- ABOUT THIS EXERCISE:
How do the lines below between the ones holding "v 11.012 -2.35 36.812" and "v 5.387 -6.5 39.816", inclusive, read? Give them again exactly, with no other lines.

- RAW DATA:
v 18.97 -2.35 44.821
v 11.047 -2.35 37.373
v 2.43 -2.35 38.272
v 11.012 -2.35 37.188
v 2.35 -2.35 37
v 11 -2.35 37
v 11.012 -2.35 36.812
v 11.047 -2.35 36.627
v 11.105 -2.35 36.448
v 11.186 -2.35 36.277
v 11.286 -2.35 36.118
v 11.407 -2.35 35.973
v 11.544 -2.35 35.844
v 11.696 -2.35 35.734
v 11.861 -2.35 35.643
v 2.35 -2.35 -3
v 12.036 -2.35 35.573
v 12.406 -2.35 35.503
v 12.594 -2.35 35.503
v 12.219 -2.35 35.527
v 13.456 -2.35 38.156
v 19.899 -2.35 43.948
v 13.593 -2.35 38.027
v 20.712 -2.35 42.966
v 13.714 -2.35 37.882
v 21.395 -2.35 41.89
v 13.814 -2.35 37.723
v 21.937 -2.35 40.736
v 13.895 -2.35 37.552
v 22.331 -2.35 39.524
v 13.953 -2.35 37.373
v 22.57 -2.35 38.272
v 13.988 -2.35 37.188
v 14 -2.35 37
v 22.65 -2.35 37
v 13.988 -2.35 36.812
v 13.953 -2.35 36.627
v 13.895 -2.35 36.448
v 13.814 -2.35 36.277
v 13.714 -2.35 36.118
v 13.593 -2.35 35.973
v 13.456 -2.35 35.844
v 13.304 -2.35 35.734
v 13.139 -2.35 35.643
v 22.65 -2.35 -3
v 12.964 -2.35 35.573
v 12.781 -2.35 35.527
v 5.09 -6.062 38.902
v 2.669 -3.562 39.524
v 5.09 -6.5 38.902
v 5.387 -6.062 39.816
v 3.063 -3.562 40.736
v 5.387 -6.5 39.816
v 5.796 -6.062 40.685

- RESPONSE:
v 11.012 -2.35 36.812
v 11.047 -2.35 36.627
v 11.105 -2.35 36.448
v 11.186 -2.35 36.277
v 11.286 -2.35 36.118
v 11.407 -2.35 35.973
v 11.544 -2.35 35.844
v 11.696 -2.35 35.734
v 11.861 -2.35 35.643
v 2.35 -2.35 -3
v 12.036 -2.35 35.573
v 12.406 -2.35 35.503
v 12.594 -2.35 35.503
v 12.219 -2.35 35.527
v 13.456 -2.35 38.156
v 19.899 -2.35 43.948
v 13.593 -2.35 38.027
v 20.712 -2.35 42.966
v 13.714 -2.35 37.882
v 21.395 -2.35 41.89
v 13.814 -2.35 37.723
v 21.937 -2.35 40.736
v 13.895 -2.35 37.552
v 22.331 -2.35 39.524
v 13.953 -2.35 37.373
v 22.57 -2.35 38.272
v 13.988 -2.35 37.188
v 14 -2.35 37
v 22.65 -2.35 37
v 13.988 -2.35 36.812
v 13.953 -2.35 36.627
v 13.895 -2.35 36.448
v 13.814 -2.35 36.277
v 13.714 -2.35 36.118
v 13.593 -2.35 35.973
v 13.456 -2.35 35.844
v 13.304 -2.35 35.734
v 13.139 -2.35 35.643
v 22.65 -2.35 -3
v 12.964 -2.35 35.573
v 12.781 -2.35 35.527
v 5.09 -6.062 38.902
v 2.669 -3.562 39.524
v 5.09 -6.5 38.902
v 5.387 -6.062 39.816
v 3.063 -3.562 40.736
v 5.387 -6.5 39.816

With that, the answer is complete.